Atrophic vaginitis is a condition that causes the vagina and tissues near the vagina to get dry, thin, and inflamed. This can be uncomfortable or make sex painful. Atrophic vaginitis is sometimes called “vaginal atrophy.”
Atrophic vaginitis happens when your body does not make enough of a hormone called estrogen. This often happens after you have gone through menopause (meaning you have stopped having a monthly period). It can also happen if your ovaries were removed, if you take certain medicines, or if you are breastfeeding.
The symptoms include:
- Vaginal dryness
- Vaginal burning or irritation
- Making less lubrication during sex
- Pain during sex
- Bleeding when something touches or rubs the vagina, for example, after sex. (If you have this symptom, be sure to see a doctor.)
- Vaginal discharge (leaking fluid from the vagina)
- Urinary problems, such as having to urinate often, having pain with urination, or leaking urine. (If you have these symptoms, be sure to see a doctor.)
No. There is no test. But your doctor or nurse should be able to tell if you have it by learning about your symptoms and doing an exam.

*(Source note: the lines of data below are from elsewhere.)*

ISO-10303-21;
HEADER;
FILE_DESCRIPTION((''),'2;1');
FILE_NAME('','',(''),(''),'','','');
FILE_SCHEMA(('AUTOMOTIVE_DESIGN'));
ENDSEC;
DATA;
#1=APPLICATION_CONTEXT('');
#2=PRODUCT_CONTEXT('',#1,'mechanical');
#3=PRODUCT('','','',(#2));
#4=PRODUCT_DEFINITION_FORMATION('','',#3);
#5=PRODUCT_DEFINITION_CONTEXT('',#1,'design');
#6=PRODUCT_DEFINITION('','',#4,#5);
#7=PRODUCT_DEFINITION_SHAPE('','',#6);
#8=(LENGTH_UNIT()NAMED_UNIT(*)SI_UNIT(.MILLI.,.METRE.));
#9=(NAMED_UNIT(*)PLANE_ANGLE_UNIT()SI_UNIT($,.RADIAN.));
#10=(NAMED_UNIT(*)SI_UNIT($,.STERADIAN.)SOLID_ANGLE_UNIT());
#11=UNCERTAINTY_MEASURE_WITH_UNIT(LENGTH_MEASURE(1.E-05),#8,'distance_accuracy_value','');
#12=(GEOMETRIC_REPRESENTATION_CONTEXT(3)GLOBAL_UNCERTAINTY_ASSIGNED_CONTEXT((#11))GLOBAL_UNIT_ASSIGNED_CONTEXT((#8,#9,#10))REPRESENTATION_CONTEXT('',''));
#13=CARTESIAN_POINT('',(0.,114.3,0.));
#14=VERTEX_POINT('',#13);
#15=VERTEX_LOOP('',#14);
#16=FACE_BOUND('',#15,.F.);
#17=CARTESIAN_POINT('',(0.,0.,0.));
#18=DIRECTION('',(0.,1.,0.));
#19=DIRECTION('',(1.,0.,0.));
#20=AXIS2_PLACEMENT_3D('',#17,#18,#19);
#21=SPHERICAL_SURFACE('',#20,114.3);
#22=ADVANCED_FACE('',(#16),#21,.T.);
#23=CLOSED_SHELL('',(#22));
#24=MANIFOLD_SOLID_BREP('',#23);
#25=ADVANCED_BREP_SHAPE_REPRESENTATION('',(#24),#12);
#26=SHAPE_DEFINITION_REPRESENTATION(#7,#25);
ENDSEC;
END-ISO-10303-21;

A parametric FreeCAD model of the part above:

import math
import FreeCAD as App
import Part
import Sketcher

V = App.Vector
Q = App.Units.Quantity

doc = App.newDocument("Part")
params = doc.addObject("Spreadsheet::Sheet", "Params")
for row, (alias, value) in enumerate([
    ("sketch1_radius", "4.5 in"),
    ("revolution_angle", "360 deg"),
], start=1):
    params.set(f"A{row}", alias)
    params.set(f"B{row}", "=" + value)
    params.setAlias(f"B{row}", alias)

body = doc.addObject("PartDesign::Body", "Body")

sketch1 = body.newObject("Sketcher::SketchObject", "Sketch")
sketch1.AttachmentSupport = (doc.getObject("XY_Plane"), [""])
sketch1.MapMode = "FlatFace"
sketch1.addGeometry([
    Part.LineSegment(V(0, 114.3, 0), V(0, -114.3, 0)),
    Part.ArcOfCircle(Part.Circle(V(0, 0, 0), V(0, 0, 1), 114.3), math.radians(-90), math.radians(90)),
], False)
sketch1.addConstraint([
    Sketcher.Constraint("Coincident", 0, 1, 1, 2),
    Sketcher.Constraint("Coincident", 1, 1, 0, 2),
    Sketcher.Constraint("Vertical", 0),
    Sketcher.Constraint("Coincident", 1, 3, -1, 1),
    Sketcher.Constraint("PointOnObject", 0, 1, -2),
    Sketcher.Constraint("Radius", 1, Q("4.5 in")),
])
sketch1.setExpression("Constraints[5]", "Params.sketch1_radius")
revolution = body.newObject("PartDesign::Revolution", "Revolution")
revolution.Profile = sketch1
revolution.ReferenceAxis = (sketch1, ["V_Axis"])
revolution.setExpression("Angle", "Params.revolution_angle")

doc.recompute()
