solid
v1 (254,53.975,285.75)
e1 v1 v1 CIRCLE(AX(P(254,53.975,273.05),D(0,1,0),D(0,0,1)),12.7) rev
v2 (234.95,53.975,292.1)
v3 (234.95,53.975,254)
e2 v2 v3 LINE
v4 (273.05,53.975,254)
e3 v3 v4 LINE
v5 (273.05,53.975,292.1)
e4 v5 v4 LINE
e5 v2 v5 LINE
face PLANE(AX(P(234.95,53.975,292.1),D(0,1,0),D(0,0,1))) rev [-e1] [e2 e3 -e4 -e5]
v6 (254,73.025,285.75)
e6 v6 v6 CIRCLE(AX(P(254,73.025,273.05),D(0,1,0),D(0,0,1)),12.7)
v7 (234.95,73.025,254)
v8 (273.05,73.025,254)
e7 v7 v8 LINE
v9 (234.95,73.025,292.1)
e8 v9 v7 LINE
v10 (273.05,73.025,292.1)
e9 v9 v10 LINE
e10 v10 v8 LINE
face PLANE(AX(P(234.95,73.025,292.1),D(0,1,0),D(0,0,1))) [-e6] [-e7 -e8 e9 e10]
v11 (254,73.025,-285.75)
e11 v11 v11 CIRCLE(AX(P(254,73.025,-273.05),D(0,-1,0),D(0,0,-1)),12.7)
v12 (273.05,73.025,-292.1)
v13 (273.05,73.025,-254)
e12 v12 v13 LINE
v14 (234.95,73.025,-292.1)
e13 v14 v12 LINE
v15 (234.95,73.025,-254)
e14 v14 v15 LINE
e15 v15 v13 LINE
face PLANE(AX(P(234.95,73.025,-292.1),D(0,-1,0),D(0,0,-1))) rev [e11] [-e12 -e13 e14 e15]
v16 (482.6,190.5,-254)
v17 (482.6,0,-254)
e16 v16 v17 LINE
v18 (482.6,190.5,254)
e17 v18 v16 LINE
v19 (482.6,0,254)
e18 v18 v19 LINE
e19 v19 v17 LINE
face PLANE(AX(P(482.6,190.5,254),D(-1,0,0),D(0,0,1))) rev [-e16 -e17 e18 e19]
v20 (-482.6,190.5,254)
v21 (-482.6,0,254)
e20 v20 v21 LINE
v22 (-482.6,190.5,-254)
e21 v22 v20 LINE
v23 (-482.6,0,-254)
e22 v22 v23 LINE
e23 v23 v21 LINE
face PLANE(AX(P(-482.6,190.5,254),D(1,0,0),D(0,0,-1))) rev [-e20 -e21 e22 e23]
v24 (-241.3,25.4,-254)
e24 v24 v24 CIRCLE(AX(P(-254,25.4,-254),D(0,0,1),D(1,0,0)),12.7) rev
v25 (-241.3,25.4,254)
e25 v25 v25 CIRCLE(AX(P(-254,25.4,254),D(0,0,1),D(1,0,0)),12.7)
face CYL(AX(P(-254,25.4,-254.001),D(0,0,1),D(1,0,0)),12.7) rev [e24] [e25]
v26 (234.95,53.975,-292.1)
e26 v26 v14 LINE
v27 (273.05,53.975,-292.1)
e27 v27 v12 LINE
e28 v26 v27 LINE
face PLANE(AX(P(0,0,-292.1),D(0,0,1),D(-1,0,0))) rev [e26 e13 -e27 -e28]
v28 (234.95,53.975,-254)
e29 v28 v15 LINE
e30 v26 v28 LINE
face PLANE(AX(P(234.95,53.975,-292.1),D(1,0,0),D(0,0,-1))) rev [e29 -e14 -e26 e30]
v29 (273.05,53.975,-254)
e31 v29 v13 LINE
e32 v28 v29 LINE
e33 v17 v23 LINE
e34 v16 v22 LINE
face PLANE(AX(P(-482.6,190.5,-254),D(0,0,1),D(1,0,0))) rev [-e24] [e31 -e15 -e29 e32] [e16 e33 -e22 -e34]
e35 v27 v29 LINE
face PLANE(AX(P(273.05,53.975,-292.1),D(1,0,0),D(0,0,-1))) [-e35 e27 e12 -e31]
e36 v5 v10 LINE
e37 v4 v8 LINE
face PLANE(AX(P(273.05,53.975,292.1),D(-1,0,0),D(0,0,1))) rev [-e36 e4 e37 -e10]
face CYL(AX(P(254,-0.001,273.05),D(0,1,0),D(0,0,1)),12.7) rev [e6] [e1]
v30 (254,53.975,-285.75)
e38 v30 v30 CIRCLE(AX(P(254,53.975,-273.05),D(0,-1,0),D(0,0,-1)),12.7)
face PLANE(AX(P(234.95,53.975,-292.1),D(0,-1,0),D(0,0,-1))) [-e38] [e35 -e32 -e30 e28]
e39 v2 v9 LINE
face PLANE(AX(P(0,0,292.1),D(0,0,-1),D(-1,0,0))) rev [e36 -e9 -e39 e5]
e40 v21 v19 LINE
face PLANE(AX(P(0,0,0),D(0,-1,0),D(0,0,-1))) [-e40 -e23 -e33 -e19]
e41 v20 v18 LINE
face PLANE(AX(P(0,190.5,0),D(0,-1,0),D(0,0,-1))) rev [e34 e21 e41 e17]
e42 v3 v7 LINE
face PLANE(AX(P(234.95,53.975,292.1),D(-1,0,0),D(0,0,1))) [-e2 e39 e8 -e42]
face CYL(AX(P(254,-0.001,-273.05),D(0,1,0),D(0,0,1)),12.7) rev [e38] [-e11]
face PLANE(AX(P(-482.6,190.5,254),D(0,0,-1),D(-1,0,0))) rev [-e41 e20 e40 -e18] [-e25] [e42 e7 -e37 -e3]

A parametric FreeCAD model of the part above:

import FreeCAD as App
import Part
import Sketcher
Q = App.Units.Quantity


def add_polygon(sketch, points):
    """Adds a closed chain of lines whose ends are joined by coincident constraints."""
    first, n = sketch.GeometryCount, len(points)
    for a, b in zip(points, points[1:] + points[:1]):
        sketch.addGeometry(Part.LineSegment(App.Vector(*a, 0), App.Vector(*b, 0)), False)
    for i in range(n):
        sketch.addConstraint(Sketcher.Constraint("Coincident", first + i, 2, first + (i + 1) % n, 1))

doc = App.newDocument("Part")
body = doc.addObject("PartDesign::Body", "Body")

# Sketch on XZ plane
sketch1 = doc.addObject("Sketcher::SketchObject", "Sketch")
body.addObject(sketch1)
sketch1.AttachmentSupport = (doc.XZ_Plane, [""])
sketch1.MapMode = "FlatFace"
add_polygon(sketch1, [(-483, -254), (-483, 254), (483, 254), (483, -254)])  # lines 0-3
sketch1.addConstraint(Sketcher.Constraint("Vertical", 0))
sketch1.addConstraint(Sketcher.Constraint("Horizontal", 1))
sketch1.addConstraint(Sketcher.Constraint("Vertical", 2))
sketch1.addConstraint(Sketcher.Constraint("Horizontal", 3))
sketch1.addConstraint(Sketcher.Constraint("Symmetric", 0, 2, 2, 2, -1, 1))
sketch1.addConstraint(Sketcher.Constraint("DistanceX", 1, 1, 1, 2, Q("38 in")))
sketch1.addConstraint(Sketcher.Constraint("DistanceY", 0, 1, 0, 2, Q("20 in")))
pad1 = doc.addObject("PartDesign::Pad", "Pad")
body.addObject(pad1)
pad1.Profile = sketch1
pad1.Length = Q("7.5 in")
pad1.Reversed = True

# Sketch on XY plane
sketch2 = doc.addObject("Sketcher::SketchObject", "Sketch001")
body.addObject(sketch2)
sketch2.AttachmentSupport = (doc.XY_Plane, [""])
sketch2.MapMode = "FlatFace"
sketch2.AttachmentOffset = App.Placement(App.Vector(0, 0, 10 * 25.4), App.Rotation())
add_polygon(sketch2, [(235, 73), (235, 54), (273, 54), (273, 73)])  # lines 0-3
sketch2.addConstraint(Sketcher.Constraint("Vertical", 0))
sketch2.addConstraint(Sketcher.Constraint("Horizontal", 1))
sketch2.addConstraint(Sketcher.Constraint("Vertical", 2))
sketch2.addConstraint(Sketcher.Constraint("Horizontal", 3))
sketch2.addConstraint(Sketcher.Constraint("DistanceX", 1, 1, 1, 2, Q("1.5 in")))
sketch2.addConstraint(Sketcher.Constraint("DistanceY", 0, 2, 0, 1, Q("0.75 in")))
sketch2.addConstraint(Sketcher.Constraint("DistanceX", -1, 1, 0, 2, Q("9.25 in")))
sketch2.addConstraint(Sketcher.Constraint("DistanceY", -1, 1, 0, 2, Q("2.125 in")))
pad2 = doc.addObject("PartDesign::Pad", "Pad001")
body.addObject(pad2)
pad2.Profile = sketch2
pad2.Length = Q("1.5 in")

# Sketch on XZ plane
sketch3 = doc.addObject("Sketcher::SketchObject", "Sketch002")
body.addObject(sketch3)
sketch3.AttachmentSupport = (doc.XZ_Plane, [""])
sketch3.MapMode = "FlatFace"
sketch3.AttachmentOffset = App.Placement(App.Vector(0, 0, -2.875 * 25.4), App.Rotation())
sketch3.addGeometry(Part.Circle(App.Vector(254, 273, 0), App.Vector(0, 0, 1), 13), False)
sketch3.addConstraint(Sketcher.Constraint("Diameter", 0, Q("1 in")))
sketch3.addConstraint(Sketcher.Constraint("DistanceX", -1, 1, 0, 3, Q("10 in")))
sketch3.addConstraint(Sketcher.Constraint("DistanceY", -1, 1, 0, 3, Q("10.75 in")))
pocket1 = doc.addObject("PartDesign::Pocket", "Pocket")
body.addObject(pocket1)
pocket1.Profile = sketch3
pocket1.Length = Q("0.75 in")
pocket1.Reversed = True

# Sketch on XY plane
sketch4 = doc.addObject("Sketcher::SketchObject", "Sketch003")
body.addObject(sketch4)
sketch4.AttachmentSupport = (doc.XY_Plane, [""])
sketch4.MapMode = "FlatFace"
sketch4.AttachmentOffset = App.Placement(App.Vector(0, 0, 10 * 25.4), App.Rotation())
sketch4.addGeometry(Part.Circle(App.Vector(-254, 25, 0), App.Vector(0, 0, 1), 13), False)
sketch4.addConstraint(Sketcher.Constraint("Diameter", 0, Q("1 in")))
sketch4.addConstraint(Sketcher.Constraint("DistanceX", 0, 3, -1, 1, Q("10 in")))
sketch4.addConstraint(Sketcher.Constraint("DistanceY", -1, 1, 0, 3, Q("1 in")))
pocket2 = doc.addObject("PartDesign::Pocket", "Pocket001")
body.addObject(pocket2)
pocket2.Profile = sketch4
pocket2.Type = "UpToFirst"
doc.recompute()

mirrored = doc.addObject("PartDesign::Mirrored", "Mirrored")
body.addObject(mirrored)
mirrored.Originals = [pad2, pocket1]
mirrored.MirrorPlane = (doc.XY_Plane, [""])
body.Tip = mirrored

doc.recompute()
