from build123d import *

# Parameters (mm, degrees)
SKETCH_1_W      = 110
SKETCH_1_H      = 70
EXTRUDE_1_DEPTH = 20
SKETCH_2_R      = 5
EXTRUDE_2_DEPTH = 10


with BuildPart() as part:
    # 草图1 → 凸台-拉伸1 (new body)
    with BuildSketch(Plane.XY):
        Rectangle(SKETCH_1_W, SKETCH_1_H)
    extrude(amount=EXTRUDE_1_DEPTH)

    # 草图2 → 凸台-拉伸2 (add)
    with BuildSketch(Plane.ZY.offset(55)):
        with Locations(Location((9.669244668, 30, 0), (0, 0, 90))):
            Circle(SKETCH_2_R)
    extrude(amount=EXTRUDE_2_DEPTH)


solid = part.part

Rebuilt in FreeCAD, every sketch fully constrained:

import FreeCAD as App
import Part
import Sketcher

V = App.Vector

doc = App.newDocument("Part")
params = doc.addObject("Spreadsheet::Sheet", "Params")
for row, (alias, value) in enumerate([
    ("sketch1_width", "110 mm"),
    ("sketch1_height", "70 mm"),
    ("pad1_length", "20 mm"),
    ("sketch2_diameter", "10 mm"),
    ("pad2_length", "10 mm"),
], start=1):
    params.set(f"A{row}", alias)
    params.set(f"B{row}", "=" + value)
    params.setAlias(f"B{row}", alias)

body = doc.addObject("PartDesign::Body", "Body")

# Sketch on XY plane
sketch1 = body.newObject("Sketcher::SketchObject", "Sketch")
sketch1.AttachmentSupport = (doc.getObject("XY_Plane"), [""])
sketch1.MapMode = "FlatFace"
sketch1.addGeometry(Part.LineSegment(V(-55, 35, 0), V(-55, -35, 0)), False)
sketch1.addGeometry(Part.LineSegment(V(-55, -35, 0), V(55, -35, 0)), False)
sketch1.addGeometry(Part.LineSegment(V(55, -35, 0), V(55, 35, 0)), False)
sketch1.addGeometry(Part.LineSegment(V(55, 35, 0), V(-55, 35, 0)), False)
sketch1.addConstraint(Sketcher.Constraint("Coincident", 0, 2, 1, 1))
sketch1.addConstraint(Sketcher.Constraint("Coincident", 1, 2, 2, 1))
sketch1.addConstraint(Sketcher.Constraint("Coincident", 2, 2, 3, 1))
sketch1.addConstraint(Sketcher.Constraint("Coincident", 3, 2, 0, 1))
sketch1.addConstraint(Sketcher.Constraint("Vertical", 0))
sketch1.addConstraint(Sketcher.Constraint("Horizontal", 1))
sketch1.addConstraint(Sketcher.Constraint("Vertical", 2))
sketch1.addConstraint(Sketcher.Constraint("Horizontal", 3))
sketch1.addConstraint(Sketcher.Constraint("Symmetric", 0, 2, 2, 2, -1, 1))
sketch1.addConstraint(Sketcher.Constraint("DistanceX", 1, 1, 1, 2, 110.0))
sketch1.addConstraint(Sketcher.Constraint("DistanceY", 0, 2, 0, 1, 70.0))
sketch1.setExpression("Constraints[9]", "Params.sketch1_width")
sketch1.setExpression("Constraints[10]", "Params.sketch1_height")
pad1 = body.newObject("PartDesign::Pad", "Pad")
pad1.Profile = sketch1
pad1.setExpression("Length", "Params.pad1_length")

# Sketch on YZ plane
sketch2 = body.newObject("Sketcher::SketchObject", "Sketch001")
sketch2.AttachmentSupport = (doc.getObject("YZ_Plane"), [""])
sketch2.MapMode = "FlatFace"
sketch2.AttachmentOffset = App.Placement(V(0, 0, -55), App.Rotation())
sketch2.addGeometry(Part.Circle(V(30, 9.669245, 0), V(0, 0, 1), 5), False)
sketch2.addConstraint(Sketcher.Constraint("Diameter", 0, 10.0))
sketch2.addConstraint(Sketcher.Constraint("DistanceX", -1, 1, 0, 3, 30.0))
sketch2.addConstraint(Sketcher.Constraint("DistanceY", -1, 1, 0, 3, 9.669245))
sketch2.setExpression("Constraints[0]", "Params.sketch2_diameter")
pad2 = body.newObject("PartDesign::Pad", "Pad001")
pad2.Profile = sketch2
pad2.setExpression("Length", "Params.pad2_length")
pad2.Reversed = True

doc.recompute()
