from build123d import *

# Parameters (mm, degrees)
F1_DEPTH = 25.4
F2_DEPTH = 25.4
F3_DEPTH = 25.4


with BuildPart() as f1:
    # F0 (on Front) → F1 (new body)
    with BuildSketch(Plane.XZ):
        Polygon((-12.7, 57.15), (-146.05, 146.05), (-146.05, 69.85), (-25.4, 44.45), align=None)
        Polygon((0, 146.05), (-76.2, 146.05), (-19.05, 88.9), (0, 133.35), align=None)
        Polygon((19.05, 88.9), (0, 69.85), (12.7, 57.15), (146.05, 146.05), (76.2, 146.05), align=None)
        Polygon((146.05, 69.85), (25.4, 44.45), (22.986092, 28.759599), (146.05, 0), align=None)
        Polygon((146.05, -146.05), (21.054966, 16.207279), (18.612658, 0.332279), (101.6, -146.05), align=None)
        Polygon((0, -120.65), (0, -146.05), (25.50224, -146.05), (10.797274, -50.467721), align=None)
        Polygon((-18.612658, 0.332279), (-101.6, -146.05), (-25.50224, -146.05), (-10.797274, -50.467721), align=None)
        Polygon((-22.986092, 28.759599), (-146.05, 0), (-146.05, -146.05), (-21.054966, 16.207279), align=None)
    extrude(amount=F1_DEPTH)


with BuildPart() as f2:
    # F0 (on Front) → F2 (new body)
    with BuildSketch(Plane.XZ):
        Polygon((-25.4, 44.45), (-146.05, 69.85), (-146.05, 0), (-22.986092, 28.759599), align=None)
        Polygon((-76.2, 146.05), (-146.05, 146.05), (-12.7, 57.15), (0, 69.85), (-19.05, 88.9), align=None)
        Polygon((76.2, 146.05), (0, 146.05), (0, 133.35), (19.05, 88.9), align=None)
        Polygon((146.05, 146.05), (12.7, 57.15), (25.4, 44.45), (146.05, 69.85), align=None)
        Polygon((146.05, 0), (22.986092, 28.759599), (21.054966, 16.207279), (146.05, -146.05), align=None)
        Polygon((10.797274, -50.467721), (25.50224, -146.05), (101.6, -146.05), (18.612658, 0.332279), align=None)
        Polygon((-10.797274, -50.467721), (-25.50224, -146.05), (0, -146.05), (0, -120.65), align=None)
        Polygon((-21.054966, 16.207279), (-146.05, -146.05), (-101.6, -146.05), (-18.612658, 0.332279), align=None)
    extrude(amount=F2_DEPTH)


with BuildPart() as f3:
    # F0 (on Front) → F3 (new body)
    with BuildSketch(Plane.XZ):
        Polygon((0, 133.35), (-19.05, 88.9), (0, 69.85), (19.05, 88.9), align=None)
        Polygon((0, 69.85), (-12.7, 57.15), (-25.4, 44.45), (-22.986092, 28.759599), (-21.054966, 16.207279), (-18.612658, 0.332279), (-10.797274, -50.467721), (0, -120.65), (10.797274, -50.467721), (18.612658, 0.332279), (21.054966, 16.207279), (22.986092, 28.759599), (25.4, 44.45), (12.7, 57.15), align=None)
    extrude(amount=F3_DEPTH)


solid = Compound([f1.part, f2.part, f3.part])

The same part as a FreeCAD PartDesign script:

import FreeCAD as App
import Part
import Sketcher
from FreeCAD import Vector
Q = App.Units.Quantity


def add_polygon(sketch, points):
    """Adds a closed chain of lines whose ends are joined by coincident constraints."""
    first, n = sketch.GeometryCount, len(points)
    for a, b in zip(points, points[1:] + points[:1]):
        sketch.addGeometry(Part.LineSegment(App.Vector(*a, 0), App.Vector(*b, 0)), False)
    for i in range(n):
        sketch.addConstraint(Sketcher.Constraint("Coincident", first + i, 2, first + (i + 1) % n, 1))

doc = App.newDocument("Part")
body = doc.addObject("PartDesign::Body", "Body")
body.AllowCompound = True

sketch1 = body.newObject("Sketcher::SketchObject", "Sketch")
sketch1.AttachmentSupport = (doc.getObject("XZ_Plane"), [""])
sketch1.MapMode = "FlatFace"
add_polygon(sketch1, [(-13, 57), (-146, 146), (-146, 70), (-25, 44)])
add_polygon(sketch1, [(0, 146), (-76, 146), (-19, 89), (0, 133)])
add_polygon(sketch1, [(0, 70), (13, 57), (146, 146), (76, 146)])
add_polygon(sketch1, [(146, 70), (25, 44), (23, 29), (146, 0)])
add_polygon(sketch1, [(146, -146), (21, 16), (19, 0), (102, -146)])
add_polygon(sketch1, [(0, -121), (0, -146), (26, -146), (11, -50)])
add_polygon(sketch1, [(-19, 0), (-102, -146), (-26, -146), (-11, -50)])
add_polygon(sketch1, [(-23, 29), (-146, 0), (-146, -146), (-21, 16)])
sketch1.addConstraint(Sketcher.Constraint("Vertical", 1))
sketch1.addConstraint(Sketcher.Constraint("Horizontal", 4))
sketch1.addConstraint(Sketcher.Constraint("Vertical", 7))
sketch1.addConstraint(Sketcher.Constraint("Horizontal", 10))
sketch1.addConstraint(Sketcher.Constraint("Vertical", 15))
sketch1.addConstraint(Sketcher.Constraint("Horizontal", 19))
sketch1.addConstraint(Sketcher.Constraint("Vertical", 20))
sketch1.addConstraint(Sketcher.Constraint("Horizontal", 21))
sketch1.addConstraint(Sketcher.Constraint("Horizontal", 25))
sketch1.addConstraint(Sketcher.Constraint("Vertical", 29))
sketch1.addConstraint(Sketcher.Constraint("Symmetric", 0, 2, 19, 2, -1, 1))
sketch1.addConstraint(Sketcher.Constraint("Symmetric", 7, 2, 20, 2, -1, 1))
sketch1.addConstraint(Sketcher.Constraint("Symmetric", 14, 2, 28, 2, -1, 1))
sketch1.addConstraint(Sketcher.Constraint("Symmetric", 9, 2, 29, 2, -1, 1))
sketch1.addConstraint(Sketcher.Constraint("Symmetric", 3, 2, 8, 2, -2))
sketch1.addConstraint(Sketcher.Constraint("Symmetric", 0, 2, 9, 2, -2))
sketch1.addConstraint(Sketcher.Constraint("Symmetric", 4, 2, 10, 2, -2))
sketch1.addConstraint(Sketcher.Constraint("Symmetric", 2, 2, 12, 2, -2))
sketch1.addConstraint(Sketcher.Constraint("Symmetric", 18, 2, 24, 2, -2))
sketch1.addConstraint(Sketcher.Constraint("Symmetric", 22, 2, 26, 2, -2))
sketch1.addConstraint(Sketcher.Constraint("Symmetric", 17, 2, 27, 2, -2))
sketch1.addConstraint(Sketcher.Constraint("Symmetric", 16, 2, 30, 2, -2))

Yes. Some people feel better if they use lubricants before sex and use a vaginal moisturizer (sample brand names: Replens, K-Y SILK-E), several times a week. Vaginal moisturizers are not the same as lubricants. They help keep the vagina moist all the time, not just during sex.
See your doctor or nurse if you have symptoms of atrophic vaginitis and they bother you.
Some people never tell their doctor they are having symptoms. Often they are embarrassed or think the symptoms are a normal part of aging. But this is a common medical issue and there are treatments that can help.
The most effective treatment for atrophic vaginitis is the hormone estrogen. When using estrogen to treat atrophic vaginitis, doctors recommend “vaginal estrogen.” Vaginal estrogen is any form of estrogen that goes directly into the vagina. It comes in creams, tablets, or a flexible ring. Vaginal estrogen comes in small doses that don’t increase the levels of estrogen in other parts of the body very much.
Estrogen also comes in higher doses in a pill, a skin patch, or a different vaginal ring. These are sometimes called “hormone replacement therapy.” Vaginal estrogen is better for treating symptoms of atrophic vaginitis. But if you have other menopause symptoms, such as hot flashes or night sweats, your doctor can talk to you about whether higher-dose estrogen is an option. There are different risks and benefits, and some people cannot safely take high doses of hormones.
Besides estrogen, medicines that can treat atrophic vaginitis include:
- Ospemifene(brand name: Osphena) is similar to estrogen, but is not estrogen. It comes as a pill you take once a day. It can cause hot flashes.
- Prasterone, also called dehydroepiandrosterone (DHEA), is a medicine that you put into your vagina once a day. It comes as a “suppository,” which is similar to a tablet or pill but goes directly into the vagina.
Other treatments are also available, but are not used as often.